*What needs to be done:* Starting at the line that holds "#34=VERTEX_POINT('',#33);" and stopping at the line that holds "#64=LINE('',#33,#63);", restate the records below word for word, with both of those lines included.

Saved data entries:
▼▼▼
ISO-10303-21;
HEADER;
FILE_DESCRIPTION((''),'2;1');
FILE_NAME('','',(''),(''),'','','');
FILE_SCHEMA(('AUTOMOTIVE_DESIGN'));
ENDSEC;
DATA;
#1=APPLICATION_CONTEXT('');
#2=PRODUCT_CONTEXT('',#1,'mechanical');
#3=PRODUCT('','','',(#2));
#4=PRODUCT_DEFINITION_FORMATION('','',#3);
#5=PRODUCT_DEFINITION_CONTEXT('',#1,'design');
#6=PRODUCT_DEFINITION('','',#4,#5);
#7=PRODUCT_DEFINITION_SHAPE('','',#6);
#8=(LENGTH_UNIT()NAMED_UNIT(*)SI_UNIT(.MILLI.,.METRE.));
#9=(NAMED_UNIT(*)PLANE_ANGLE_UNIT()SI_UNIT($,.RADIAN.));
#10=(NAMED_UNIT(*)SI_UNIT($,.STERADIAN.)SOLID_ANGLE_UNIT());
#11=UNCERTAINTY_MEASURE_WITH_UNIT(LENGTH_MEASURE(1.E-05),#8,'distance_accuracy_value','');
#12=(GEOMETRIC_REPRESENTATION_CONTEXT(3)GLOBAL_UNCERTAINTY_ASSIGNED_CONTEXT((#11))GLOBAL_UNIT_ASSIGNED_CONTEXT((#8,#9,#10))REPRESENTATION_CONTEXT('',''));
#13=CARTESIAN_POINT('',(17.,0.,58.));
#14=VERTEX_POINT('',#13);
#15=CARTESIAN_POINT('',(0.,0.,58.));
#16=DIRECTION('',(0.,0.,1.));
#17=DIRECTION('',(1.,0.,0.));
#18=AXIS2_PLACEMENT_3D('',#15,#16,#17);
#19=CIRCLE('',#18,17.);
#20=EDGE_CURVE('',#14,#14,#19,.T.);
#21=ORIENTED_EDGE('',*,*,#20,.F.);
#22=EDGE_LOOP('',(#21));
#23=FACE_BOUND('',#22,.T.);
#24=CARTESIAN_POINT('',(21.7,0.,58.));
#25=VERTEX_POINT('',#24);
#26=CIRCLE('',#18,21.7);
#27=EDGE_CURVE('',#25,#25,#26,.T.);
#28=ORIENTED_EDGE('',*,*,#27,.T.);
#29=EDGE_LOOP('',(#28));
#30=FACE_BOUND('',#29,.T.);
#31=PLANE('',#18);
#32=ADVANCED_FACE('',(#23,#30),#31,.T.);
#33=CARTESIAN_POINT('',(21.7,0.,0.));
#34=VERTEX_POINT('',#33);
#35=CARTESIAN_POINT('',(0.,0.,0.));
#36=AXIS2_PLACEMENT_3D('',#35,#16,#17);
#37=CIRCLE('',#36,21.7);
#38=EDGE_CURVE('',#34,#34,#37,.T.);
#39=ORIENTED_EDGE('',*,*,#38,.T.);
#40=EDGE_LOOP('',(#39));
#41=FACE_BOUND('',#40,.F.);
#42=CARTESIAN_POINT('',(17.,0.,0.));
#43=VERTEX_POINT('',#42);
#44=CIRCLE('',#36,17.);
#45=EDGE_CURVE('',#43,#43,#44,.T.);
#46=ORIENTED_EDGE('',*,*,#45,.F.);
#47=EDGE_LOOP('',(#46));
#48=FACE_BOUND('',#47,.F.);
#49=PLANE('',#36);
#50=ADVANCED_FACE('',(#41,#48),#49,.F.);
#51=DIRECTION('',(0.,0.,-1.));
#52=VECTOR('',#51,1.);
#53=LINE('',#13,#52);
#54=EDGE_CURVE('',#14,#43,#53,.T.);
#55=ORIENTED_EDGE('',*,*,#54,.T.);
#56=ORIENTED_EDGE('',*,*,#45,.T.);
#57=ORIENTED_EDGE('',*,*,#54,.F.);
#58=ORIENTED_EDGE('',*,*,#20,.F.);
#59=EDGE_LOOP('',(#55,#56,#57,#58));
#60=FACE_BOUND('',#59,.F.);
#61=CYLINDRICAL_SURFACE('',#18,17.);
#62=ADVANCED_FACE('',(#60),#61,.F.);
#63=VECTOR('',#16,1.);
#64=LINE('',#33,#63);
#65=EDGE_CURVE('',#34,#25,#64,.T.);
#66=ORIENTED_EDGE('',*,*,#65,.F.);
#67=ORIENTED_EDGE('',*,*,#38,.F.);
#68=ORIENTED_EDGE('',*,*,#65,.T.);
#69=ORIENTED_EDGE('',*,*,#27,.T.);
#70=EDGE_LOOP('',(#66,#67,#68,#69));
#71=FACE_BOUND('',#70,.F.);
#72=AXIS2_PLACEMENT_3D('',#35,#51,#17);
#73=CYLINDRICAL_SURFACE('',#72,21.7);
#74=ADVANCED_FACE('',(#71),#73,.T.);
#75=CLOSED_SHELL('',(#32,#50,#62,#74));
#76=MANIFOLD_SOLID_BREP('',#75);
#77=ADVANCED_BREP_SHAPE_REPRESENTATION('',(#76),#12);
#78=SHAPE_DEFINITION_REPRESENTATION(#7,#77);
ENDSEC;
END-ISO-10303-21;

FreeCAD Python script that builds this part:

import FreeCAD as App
import Part
import Sketcher
Q = App.Units.Quantity

doc = App.newDocument("Part")
body = doc.addObject("PartDesign::Body", "Body")

# Sketch on XY plane
sketch1 = doc.addObject("Sketcher::SketchObject", "Sketch")
body.addObject(sketch1)
sketch1.AttachmentSupport = (doc.XY_Plane, [""])
sketch1.MapMode = "FlatFace"
sketch1.addGeometry(Part.Circle(App.Vector(0, 0, 0), App.Vector(0, 0, 1), 21.7), False)
sketch1.addConstraint([
    Sketcher.Constraint("Coincident", 0, 3, -1, 1),
    Sketcher.Constraint("Diameter", 0, Q("43.4 mm")),
])
pad1 = doc.addObject("PartDesign::Pad", "Pad")
body.addObject(pad1)
pad1.Profile = sketch1
pad1.Length = 58

# Sketch on XY plane
sketch2 = doc.addObject("Sketcher::SketchObject", "Sketch001")
body.addObject(sketch2)
sketch2.AttachmentSupport = (doc.XY_Plane, [""])
sketch2.MapMode = "FlatFace"
sketch2.AttachmentOffset = App.Placement(App.Vector(0, 0, 58), App.Rotation())
sketch2.addGeometry(Part.Circle(App.Vector(0, 0, 0), App.Vector(0, 0, 1), 17), False)
sketch2.addConstraint([
    Sketcher.Constraint("Coincident", 0, 3, -1, 1),
    Sketcher.Constraint("Diameter", 0, Q("34 mm")),
])
pocket1 = doc.addObject("PartDesign::Pocket", "Pocket")
body.addObject(pocket1)
pocket1.Profile = sketch2
pocket1.Length = 58

doc.recompute()
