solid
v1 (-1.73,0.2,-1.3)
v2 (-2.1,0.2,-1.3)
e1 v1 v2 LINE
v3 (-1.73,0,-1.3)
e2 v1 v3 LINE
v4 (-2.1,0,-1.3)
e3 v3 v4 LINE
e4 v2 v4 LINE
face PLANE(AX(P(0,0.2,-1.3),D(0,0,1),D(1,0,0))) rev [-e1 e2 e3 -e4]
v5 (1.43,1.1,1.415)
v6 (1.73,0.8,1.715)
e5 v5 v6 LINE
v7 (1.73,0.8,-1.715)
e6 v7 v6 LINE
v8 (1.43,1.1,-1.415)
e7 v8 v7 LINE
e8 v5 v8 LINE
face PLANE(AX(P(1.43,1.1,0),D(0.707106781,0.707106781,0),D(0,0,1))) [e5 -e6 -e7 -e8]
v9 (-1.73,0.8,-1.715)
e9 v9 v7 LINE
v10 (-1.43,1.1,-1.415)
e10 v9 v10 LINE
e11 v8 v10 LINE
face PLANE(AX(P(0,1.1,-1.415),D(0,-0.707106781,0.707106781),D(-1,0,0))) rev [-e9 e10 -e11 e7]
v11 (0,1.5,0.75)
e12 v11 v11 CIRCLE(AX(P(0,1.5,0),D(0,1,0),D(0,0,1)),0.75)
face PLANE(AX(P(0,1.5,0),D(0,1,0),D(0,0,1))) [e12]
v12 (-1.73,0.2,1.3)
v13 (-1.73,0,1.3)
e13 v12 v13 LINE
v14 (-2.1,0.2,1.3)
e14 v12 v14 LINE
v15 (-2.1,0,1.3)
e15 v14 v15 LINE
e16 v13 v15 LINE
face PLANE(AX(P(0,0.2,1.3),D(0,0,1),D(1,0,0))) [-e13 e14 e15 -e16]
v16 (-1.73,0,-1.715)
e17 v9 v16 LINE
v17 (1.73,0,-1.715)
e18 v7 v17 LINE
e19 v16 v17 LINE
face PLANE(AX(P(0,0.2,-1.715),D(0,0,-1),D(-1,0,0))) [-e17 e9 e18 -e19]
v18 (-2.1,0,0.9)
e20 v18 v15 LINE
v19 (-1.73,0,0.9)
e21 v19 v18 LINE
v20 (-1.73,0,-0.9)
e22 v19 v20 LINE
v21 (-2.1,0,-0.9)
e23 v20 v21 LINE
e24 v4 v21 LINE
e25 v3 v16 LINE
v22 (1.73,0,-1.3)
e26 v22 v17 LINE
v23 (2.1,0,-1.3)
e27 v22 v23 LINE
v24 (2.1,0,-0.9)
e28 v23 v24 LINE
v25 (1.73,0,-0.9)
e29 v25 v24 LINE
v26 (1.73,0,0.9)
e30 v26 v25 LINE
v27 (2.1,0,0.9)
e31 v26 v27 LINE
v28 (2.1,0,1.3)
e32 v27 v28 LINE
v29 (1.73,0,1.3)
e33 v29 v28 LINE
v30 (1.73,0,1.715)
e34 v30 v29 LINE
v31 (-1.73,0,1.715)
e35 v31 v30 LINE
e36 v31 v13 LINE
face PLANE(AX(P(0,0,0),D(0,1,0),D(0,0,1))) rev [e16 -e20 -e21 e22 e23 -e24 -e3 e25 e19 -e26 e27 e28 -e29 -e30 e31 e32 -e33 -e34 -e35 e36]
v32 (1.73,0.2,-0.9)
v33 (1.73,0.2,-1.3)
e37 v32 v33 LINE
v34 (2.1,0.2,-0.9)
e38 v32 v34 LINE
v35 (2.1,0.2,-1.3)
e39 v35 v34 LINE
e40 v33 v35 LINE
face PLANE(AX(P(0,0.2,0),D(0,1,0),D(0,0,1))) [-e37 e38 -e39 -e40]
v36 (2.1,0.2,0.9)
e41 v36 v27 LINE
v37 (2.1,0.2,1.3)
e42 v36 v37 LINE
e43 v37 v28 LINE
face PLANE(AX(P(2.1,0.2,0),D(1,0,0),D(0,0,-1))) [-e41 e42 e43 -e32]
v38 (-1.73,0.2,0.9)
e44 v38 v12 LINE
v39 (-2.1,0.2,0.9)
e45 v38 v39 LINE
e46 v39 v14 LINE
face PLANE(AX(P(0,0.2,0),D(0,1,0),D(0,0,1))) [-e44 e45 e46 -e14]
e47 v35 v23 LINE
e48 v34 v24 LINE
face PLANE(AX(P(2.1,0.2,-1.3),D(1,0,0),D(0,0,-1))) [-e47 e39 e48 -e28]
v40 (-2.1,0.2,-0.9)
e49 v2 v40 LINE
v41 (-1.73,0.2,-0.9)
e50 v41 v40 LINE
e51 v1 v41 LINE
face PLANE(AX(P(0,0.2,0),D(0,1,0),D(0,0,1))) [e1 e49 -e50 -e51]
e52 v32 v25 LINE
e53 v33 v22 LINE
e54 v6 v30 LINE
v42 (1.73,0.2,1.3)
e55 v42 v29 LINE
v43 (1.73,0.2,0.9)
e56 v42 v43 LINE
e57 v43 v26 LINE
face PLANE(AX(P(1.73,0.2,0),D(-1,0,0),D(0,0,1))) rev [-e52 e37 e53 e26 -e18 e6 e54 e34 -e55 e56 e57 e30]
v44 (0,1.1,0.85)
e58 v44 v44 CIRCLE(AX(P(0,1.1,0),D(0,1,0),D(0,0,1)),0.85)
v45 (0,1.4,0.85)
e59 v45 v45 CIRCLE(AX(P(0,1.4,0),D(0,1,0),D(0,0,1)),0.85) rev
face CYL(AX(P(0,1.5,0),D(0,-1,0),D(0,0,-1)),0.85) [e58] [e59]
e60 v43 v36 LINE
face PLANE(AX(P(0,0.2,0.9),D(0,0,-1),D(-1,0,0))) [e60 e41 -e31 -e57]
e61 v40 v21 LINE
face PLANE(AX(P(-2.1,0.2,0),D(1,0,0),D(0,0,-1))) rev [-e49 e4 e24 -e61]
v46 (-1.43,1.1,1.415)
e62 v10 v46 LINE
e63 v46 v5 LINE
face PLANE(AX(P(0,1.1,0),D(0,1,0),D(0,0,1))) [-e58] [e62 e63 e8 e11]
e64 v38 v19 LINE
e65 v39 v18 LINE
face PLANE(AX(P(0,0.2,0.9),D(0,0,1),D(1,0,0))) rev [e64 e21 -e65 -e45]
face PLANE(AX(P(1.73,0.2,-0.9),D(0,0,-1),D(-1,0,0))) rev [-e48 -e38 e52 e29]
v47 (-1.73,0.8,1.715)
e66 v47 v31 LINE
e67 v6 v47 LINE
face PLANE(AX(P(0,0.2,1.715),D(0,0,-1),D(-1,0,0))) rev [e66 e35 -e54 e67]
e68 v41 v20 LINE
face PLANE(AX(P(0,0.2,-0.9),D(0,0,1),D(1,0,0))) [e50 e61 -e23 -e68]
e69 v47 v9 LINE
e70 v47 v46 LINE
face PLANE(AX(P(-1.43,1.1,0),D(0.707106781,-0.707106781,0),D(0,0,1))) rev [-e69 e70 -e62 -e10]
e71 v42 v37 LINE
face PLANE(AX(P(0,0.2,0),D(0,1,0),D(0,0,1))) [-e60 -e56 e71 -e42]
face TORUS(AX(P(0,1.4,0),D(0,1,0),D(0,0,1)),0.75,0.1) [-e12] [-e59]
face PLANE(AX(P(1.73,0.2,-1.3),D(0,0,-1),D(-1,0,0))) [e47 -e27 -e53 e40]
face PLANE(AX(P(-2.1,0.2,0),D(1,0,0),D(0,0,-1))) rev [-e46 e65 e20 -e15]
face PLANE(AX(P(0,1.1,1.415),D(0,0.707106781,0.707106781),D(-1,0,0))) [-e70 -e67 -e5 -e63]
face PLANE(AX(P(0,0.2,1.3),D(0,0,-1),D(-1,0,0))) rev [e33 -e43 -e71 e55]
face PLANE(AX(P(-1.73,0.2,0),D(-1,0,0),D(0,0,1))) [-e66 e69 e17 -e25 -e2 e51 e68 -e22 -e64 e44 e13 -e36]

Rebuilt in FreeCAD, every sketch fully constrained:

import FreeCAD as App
import Part
import Sketcher

V = App.Vector


def edges_at(feature, points):
    """Names of the edges that pass closest to the given points."""
    edges = feature.Shape.Edges
    near = lambda p: min(range(len(edges)), key=lambda i: edges[i].distToShape(Part.Vertex(*p))[0])
    return sorted({f"Edge{near(p) + 1}" for p in points})


def add_polygon(sketch, points):
    """Adds a closed chain of lines whose ends are joined by coincident constraints."""
    first, n = sketch.GeometryCount, len(points)
    for a, b in zip(points, points[1:] + points[:1]):
        sketch.addGeometry(Part.LineSegment(App.Vector(*a, 0), App.Vector(*b, 0)), False)
    for i in range(n):
        sketch.addConstraint(Sketcher.Constraint("Coincident", first + i, 2, first + (i + 1) % n, 1))

doc = App.newDocument("Part")
body = doc.addObject("PartDesign::Body", "Body")

sketch1 = doc.addObject("Sketcher::SketchObject", "Sketch")
body.addObject(sketch1)
sketch1.AttachmentSupport = (doc.XZ_Plane, [""])
sketch1.MapMode = "FlatFace"
add_polygon(sketch1, [(-1.73, 1.3), (-1.73, 1.72), (1.73, 1.72), (1.73, 1.3), (2.1, 1.3), (2.1, 0.9), (1.73, 0.9), (1.73, -0.9), (2.1, -0.9), (2.1, -1.3), (1.73, -1.3), (1.73, -1.72), (-1.73, -1.72), (-1.73, -1.3), (-2.1, -1.3), (-2.1, -0.9), (-1.73, -0.9), (-1.73, 0.9), (-2.1, 0.9), (-2.1, 1.3)])
sketch1.addConstraint(Sketcher.Constraint("Vertical", 0))
sketch1.addConstraint(Sketcher.Constraint("Horizontal", 1))
sketch1.addConstraint(Sketcher.Constraint("Vertical", 2))
sketch1.addConstraint(Sketcher.Constraint("Horizontal", 3))
sketch1.addConstraint(Sketcher.Constraint("Vertical", 4))
sketch1.addConstraint(Sketcher.Constraint("Horizontal", 5))
sketch1.addConstraint(Sketcher.Constraint("Vertical", 6))
sketch1.addConstraint(Sketcher.Constraint("Horizontal", 7))
sketch1.addConstraint(Sketcher.Constraint("Vertical", 8))
sketch1.addConstraint(Sketcher.Constraint("Horizontal", 9))
sketch1.addConstraint(Sketcher.Constraint("Vertical", 10))
sketch1.addConstraint(Sketcher.Constraint("Horizontal", 11))
sketch1.addConstraint(Sketcher.Constraint("Vertical", 12))
sketch1.addConstraint(Sketcher.Constraint("Horizontal", 13))
sketch1.addConstraint(Sketcher.Constraint("Vertical", 14))
sketch1.addConstraint(Sketcher.Constraint("Horizontal", 15))
sketch1.addConstraint(Sketcher.Constraint("Vertical", 16))
sketch1.addConstraint(Sketcher.Constraint("Horizontal", 17))
sketch1.addConstraint(Sketcher.Constraint("Vertical", 18))
sketch1.addConstraint(Sketcher.Constraint("Horizontal", 19))
sketch1.addConstraint(Sketcher.Constraint("Symmetric", 0, 2, 10, 2, -1, 1))
sketch1.addConstraint(Sketcher.Constraint("Symmetric", 2, 2, 12, 2, -1, 1))
sketch1.addConstraint(Sketcher.Constraint("Symmetric", 4, 2, 14, 2, -1, 1))
sketch1.addConstraint(Sketcher.Constraint("Symmetric", 6, 2, 16, 2, -1, 1))
sketch1.addConstraint(Sketcher.Constraint("Symmetric", 8, 2, 18, 2, -1, 1))
sketch1.addConstraint(Sketcher.Constraint("Symmetric", 9, 2, 12, 2, -2))
sketch1.addConstraint(Sketcher.Constraint("Symmetric", 7, 2, 14, 2, -2))
sketch1.addConstraint(Sketcher.Constraint("Vertical", 2, 2, 5, 2))
sketch1.addConstraint(Sketcher.Constraint("DistanceY", 4, 2, 4, 1, 0.4))
sketch1.addConstraint(Sketcher.Constraint("DistanceY", 6, 2, 6, 1, 1.8))
sketch1.addConstraint(Sketcher.Constraint("DistanceX", 1, 1, 1, 2, 3.46))
sketch1.addConstraint(Sketcher.Constraint("DistanceX", 3, 1, 3, 2, 0.37))
sketch1.addConstraint(Sketcher.Constraint("DistanceY", 0, 1, 0, 2, 0.415))
pad1 = doc.addObject("PartDesign::Pad", "Pad")
body.addObject(pad1)
pad1.Profile = sketch1
pad1.Length = 0.2
pad1.Reversed = True

sketch2 = doc.addObject("Sketcher::SketchObject", "Sketch001")
body.addObject(sketch2)
sketch2.AttachmentSupport = (doc.XZ_Plane, [""])
sketch2.MapMode = "FlatFace"
sketch2.AttachmentOffset = App.Placement(V(0, 0, -0.2), App.Rotation())
add_polygon(sketch2, [(-1.7, -1.7), (-1.7, 1.7), (1.7, 1.7), (1.7, -1.7)])
sketch2.addConstraint(Sketcher.Constraint("Vertical", 0))
sketch2.addConstraint(Sketcher.Constraint("Horizontal", 1))
sketch2.addConstraint(Sketcher.Constraint("Vertical", 2))
sketch2.addConstraint(Sketcher.Constraint("Horizontal", 3))
sketch2.addConstraint(Sketcher.Constraint("Symmetric", 0, 2, 2, 2, -1, 1))
sketch2.addConstraint(Sketcher.Constraint("DistanceX", 1, 1, 1, 2, 3.46))
sketch2.addConstraint(Sketcher.Constraint("DistanceY", 0, 1, 0, 2, 3.43))
pad2 = doc.addObject("PartDesign::Pad", "Pad001")
body.addObject(pad2)
pad2.Profile = sketch2
pad2.Length = 0.9
pad2.Reversed = True
doc.recompute()

chamfer = doc.addObject("PartDesign::Chamfer", "Chamfer")
body.addObject(chamfer)
chamfer.Base = (pad2, edges_at(pad2, [
    (-1.73, 1.1, 0),
    (0, 1.1, 1.715),
    (1.73, 1.1, 0),
    (0, 1.1, -1.715),
]))
chamfer.Size = 0.3

sketch3 = doc.addObject("Sketcher::SketchObject", "Sketch002")
body.addObject(sketch3)
sketch3.AttachmentSupport = (doc.XZ_Plane, [""])
sketch3.MapMode = "FlatFace"
sketch3.AttachmentOffset = App.Placement(V(0, 0, -1.1), App.Rotation())
sketch3.addGeometry(Part.Circle(V(0, 0, 0), V(0, 0, 1), 0.8), False)
sketch3.addConstraint(Sketcher.Constraint("Coincident", 0, 3, -1, 1))
sketch3.addConstraint(Sketcher.Constraint("Diameter", 0, 1.7))
pad3 = doc.addObject("PartDesign::Pad", "Pad002")
body.addObject(pad3)
pad3.Profile = sketch3
pad3.Length = 0.4
pad3.Reversed = True
doc.recompute()

fillet = doc.addObject("PartDesign::Fillet", "Fillet")
body.addObject(fillet)
fillet.Base = (pad3, edges_at(pad3, [(0, 1.5, -0.85)]))
fillet.Radius = 0.1

doc.recompute()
▲▲▲
*Solution for this problem:*
#34=VERTEX_POINT('',#33);
#35=CARTESIAN_POINT('',(0.,0.,0.));
#36=AXIS2_PLACEMENT_3D('',#35,#16,#17);
#37=CIRCLE('',#36,21.7);
#38=EDGE_CURVE('',#34,#34,#37,.T.);
#39=ORIENTED_EDGE('',*,*,#38,.T.);
#40=EDGE_LOOP('',(#39));
#41=FACE_BOUND('',#40,.F.);
#42=CARTESIAN_POINT('',(17.,0.,0.));
#43=VERTEX_POINT('',#42);
#44=CIRCLE('',#36,17.);
#45=EDGE_CURVE('',#43,#43,#44,.T.);
#46=ORIENTED_EDGE('',*,*,#45,.F.);
#47=EDGE_LOOP('',(#46));
#48=FACE_BOUND('',#47,.F.);
#49=PLANE('',#36);
#50=ADVANCED_FACE('',(#41,#48),#49,.F.);
#51=DIRECTION('',(0.,0.,-1.));
#52=VECTOR('',#51,1.);
#53=LINE('',#13,#52);
#54=EDGE_CURVE('',#14,#43,#53,.T.);
#55=ORIENTED_EDGE('',*,*,#54,.T.);
#56=ORIENTED_EDGE('',*,*,#45,.T.);
#57=ORIENTED_EDGE('',*,*,#54,.F.);
#58=ORIENTED_EDGE('',*,*,#20,.F.);
#59=EDGE_LOOP('',(#55,#56,#57,#58));
#60=FACE_BOUND('',#59,.F.);
#61=CYLINDRICAL_SURFACE('',#18,17.);
#62=ADVANCED_FACE('',(#60),#61,.F.);
#63=VECTOR('',#16,1.);
#64=LINE('',#33,#63);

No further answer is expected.